宮崎県出身[1]。身長177cm。血液型A型[2][3]

人物・略歴[編集]

高校時代は生徒会の副会長や剣道部の主将をやっており、先生に「お前の場所を空けておくから、体育の教師になって戻って来い」と言われていたことからそのために上京したが[4]、劇団にスカウトされて映画演劇の魅力に目覚め、1985年東京宝映テレビの研究生となり俳優活動を開始[3][4]1990年5月、青山円形劇場にて舞台『チャンピオン』に臨み、これをきっかけに役者として本格的に活動を始める[4]

スーパー戦隊シリーズ第15作『鳥人戦隊ジェットマン』(1991年2月から1992年2月、テレビ朝日系列)で結城凱 / ブラックコンドルを演じ、人気を集めた[4]

2011年のスーパー戦隊シリーズ第35作『海賊戦隊ゴーカイジャー』に井上敏樹からのオファーを受け、9月4日の放送回で1992年以来、19年ぶりに結城凱を演じた[5]。若松の希望でブラックコンドルのスーツアクターを『ジェットマン』当時と同じ大藤直樹が担当している。

既婚者で一男がいる。子供ができたことをきっかけにタバコはやめたが、『豪快演義』で井上からその事を冗談交じりに批判された[要ページ番号]。理由は「凱と言えば『酒とタバコ』」との事。兄弟は二歳年上の兄がいる[6]

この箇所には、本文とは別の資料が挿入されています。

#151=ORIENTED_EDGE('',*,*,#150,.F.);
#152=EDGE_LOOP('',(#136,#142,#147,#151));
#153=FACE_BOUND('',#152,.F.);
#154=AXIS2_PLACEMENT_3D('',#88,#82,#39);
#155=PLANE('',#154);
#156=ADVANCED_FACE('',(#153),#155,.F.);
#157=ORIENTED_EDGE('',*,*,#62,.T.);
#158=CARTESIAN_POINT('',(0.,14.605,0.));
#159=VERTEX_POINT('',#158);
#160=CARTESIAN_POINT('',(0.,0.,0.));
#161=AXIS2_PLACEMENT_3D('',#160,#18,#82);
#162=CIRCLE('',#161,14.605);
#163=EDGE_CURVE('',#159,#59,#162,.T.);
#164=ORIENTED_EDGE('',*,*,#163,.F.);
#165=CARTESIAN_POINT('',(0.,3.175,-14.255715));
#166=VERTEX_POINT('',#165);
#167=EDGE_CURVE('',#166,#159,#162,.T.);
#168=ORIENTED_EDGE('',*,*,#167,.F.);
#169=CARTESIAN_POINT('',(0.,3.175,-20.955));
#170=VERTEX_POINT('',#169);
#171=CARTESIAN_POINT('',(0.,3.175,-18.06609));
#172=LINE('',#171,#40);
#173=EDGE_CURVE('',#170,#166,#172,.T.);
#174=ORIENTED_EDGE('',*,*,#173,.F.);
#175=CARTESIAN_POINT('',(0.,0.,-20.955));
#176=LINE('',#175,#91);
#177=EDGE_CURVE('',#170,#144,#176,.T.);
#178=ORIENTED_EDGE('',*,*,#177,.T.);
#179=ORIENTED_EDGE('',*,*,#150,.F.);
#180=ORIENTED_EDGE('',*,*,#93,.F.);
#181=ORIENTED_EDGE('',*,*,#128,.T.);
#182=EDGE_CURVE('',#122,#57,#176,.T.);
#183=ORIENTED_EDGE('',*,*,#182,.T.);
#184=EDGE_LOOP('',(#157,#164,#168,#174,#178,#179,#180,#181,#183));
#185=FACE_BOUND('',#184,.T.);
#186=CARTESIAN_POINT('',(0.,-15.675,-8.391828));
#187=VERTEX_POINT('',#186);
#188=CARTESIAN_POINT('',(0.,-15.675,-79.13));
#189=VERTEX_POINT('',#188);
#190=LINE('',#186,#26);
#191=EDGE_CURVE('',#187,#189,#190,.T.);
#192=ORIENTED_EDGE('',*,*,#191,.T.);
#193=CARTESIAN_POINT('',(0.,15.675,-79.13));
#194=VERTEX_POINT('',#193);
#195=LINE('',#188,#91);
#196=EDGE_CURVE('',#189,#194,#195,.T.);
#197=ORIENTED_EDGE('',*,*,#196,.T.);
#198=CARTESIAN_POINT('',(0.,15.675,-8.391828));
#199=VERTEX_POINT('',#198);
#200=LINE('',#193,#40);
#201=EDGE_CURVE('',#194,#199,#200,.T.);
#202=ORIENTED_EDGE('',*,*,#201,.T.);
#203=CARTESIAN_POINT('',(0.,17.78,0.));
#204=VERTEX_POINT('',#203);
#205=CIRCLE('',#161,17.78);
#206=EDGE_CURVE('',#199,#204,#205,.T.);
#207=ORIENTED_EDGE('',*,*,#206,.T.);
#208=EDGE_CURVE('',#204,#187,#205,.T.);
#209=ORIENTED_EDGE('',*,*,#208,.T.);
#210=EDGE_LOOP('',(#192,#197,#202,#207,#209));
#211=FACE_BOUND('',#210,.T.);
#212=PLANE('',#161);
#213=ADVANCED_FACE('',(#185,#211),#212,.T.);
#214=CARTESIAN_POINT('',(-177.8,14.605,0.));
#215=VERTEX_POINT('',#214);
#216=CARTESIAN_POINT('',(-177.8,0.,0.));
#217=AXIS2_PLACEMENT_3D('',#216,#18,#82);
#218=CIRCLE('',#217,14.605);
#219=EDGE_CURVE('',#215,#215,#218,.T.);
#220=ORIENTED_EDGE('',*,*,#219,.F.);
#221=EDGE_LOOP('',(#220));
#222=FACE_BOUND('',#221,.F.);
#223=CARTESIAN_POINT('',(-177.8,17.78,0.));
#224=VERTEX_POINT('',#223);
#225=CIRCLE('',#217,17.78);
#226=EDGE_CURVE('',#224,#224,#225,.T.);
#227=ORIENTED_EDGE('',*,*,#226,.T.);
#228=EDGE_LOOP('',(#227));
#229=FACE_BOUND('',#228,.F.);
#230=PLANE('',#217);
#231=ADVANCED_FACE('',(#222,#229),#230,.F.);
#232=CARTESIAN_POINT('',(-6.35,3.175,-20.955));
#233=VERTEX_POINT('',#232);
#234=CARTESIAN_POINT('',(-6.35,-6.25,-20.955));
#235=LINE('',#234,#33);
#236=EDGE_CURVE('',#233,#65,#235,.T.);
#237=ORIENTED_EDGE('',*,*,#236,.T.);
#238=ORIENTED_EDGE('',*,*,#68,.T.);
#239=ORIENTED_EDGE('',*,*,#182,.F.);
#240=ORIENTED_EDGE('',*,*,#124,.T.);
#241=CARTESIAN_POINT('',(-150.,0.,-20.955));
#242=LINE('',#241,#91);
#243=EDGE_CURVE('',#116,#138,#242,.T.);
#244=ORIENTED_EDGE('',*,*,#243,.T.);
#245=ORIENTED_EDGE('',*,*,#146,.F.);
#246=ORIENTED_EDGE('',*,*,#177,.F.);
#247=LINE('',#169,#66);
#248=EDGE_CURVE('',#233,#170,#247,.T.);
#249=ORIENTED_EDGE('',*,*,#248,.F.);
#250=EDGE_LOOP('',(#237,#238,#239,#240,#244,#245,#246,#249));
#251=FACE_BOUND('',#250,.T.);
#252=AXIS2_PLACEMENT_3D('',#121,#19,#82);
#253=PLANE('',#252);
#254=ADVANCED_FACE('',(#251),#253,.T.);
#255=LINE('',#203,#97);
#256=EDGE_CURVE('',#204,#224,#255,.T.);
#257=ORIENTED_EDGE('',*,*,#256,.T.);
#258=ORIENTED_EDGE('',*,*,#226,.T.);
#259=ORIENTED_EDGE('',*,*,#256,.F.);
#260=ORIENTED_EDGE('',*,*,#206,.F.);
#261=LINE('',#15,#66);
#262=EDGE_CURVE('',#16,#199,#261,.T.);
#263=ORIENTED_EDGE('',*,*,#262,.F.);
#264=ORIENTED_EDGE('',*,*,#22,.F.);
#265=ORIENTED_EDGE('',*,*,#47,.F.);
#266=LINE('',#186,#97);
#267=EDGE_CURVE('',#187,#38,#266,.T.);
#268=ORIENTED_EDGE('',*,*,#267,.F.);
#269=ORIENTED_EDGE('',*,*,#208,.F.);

趣味はサーフィン絵画乗馬。特技は剣道三段、柔道初段、空手、合気道[1]。サーフィンを知るきっかけは『ジェットマン』で天堂竜 / レッドホーク役を演じた田中弘太郎から教わったという。その後も時間を見つけては、田中とサーフィンに出掛けている。

エピソード[編集]

  • 少年時代は自身曰く、「『となりのトトロ』のメイを男にしたような子供」で「誰かの後ろから付いていく」タイプだった[7]
  • 中一の時の初恋の時に恥ずかしくて告白できなかったのがトラウマとなり、あえて女子のいない工業高校に進学している[要出典]
  • 上京後、深夜にテレビでやっていた映画『宮本武蔵』を観てこんな映画を撮りたいと思うようになるが、作りたいと考えているだけではなくまずは出てみようと考えるようになり、俳優の道へと進んだ[8]
  • デビュー作となった舞台『チャンピオン』では、当初はラガーマンの役と伝えられていたため体を鍛えて体重が75キログラムになっていたが、実際には悩み多きフェザー級ボクサーの役であったため、階級のウェイト上限である57キログラムまで一気に18キログラムを落とすこととなった[4]。若松自身は、体育会系の人間なのでストイックに体重を落とすことに苦労はなかったと述べている[4]
  • 1996年2月12日放送『名探偵コナン』第6話「バレンタイン殺人事件」で「若松俊秀」というキャラクターが登場している。この回はアニメオリジナルストーリーで脚本は『鳥人戦隊ジェットマン』の井上敏樹であり、キャラクター名は若松本人から来ている。
  • 子どもの頃に好きだった特撮作品は『仮面ライダー』『仮面ライダーV3』『仮面ライダーアマゾン』で、特にアマゾンには熱中していた[4]

『ジェットマン』関連のエピソード[編集]

オーディションでは、監督の雨宮慶太や脚本家の井上敏樹ら審査員と年齢が近かったこともあり話が合い、海外ドラマや黒澤映画の話などで盛り上がったという[4]。後に井上からは、最初からブラックに決まっていたと言われている[4]。また、雨宮は凱のメイン回は自身が担当すると宣言していたという[4]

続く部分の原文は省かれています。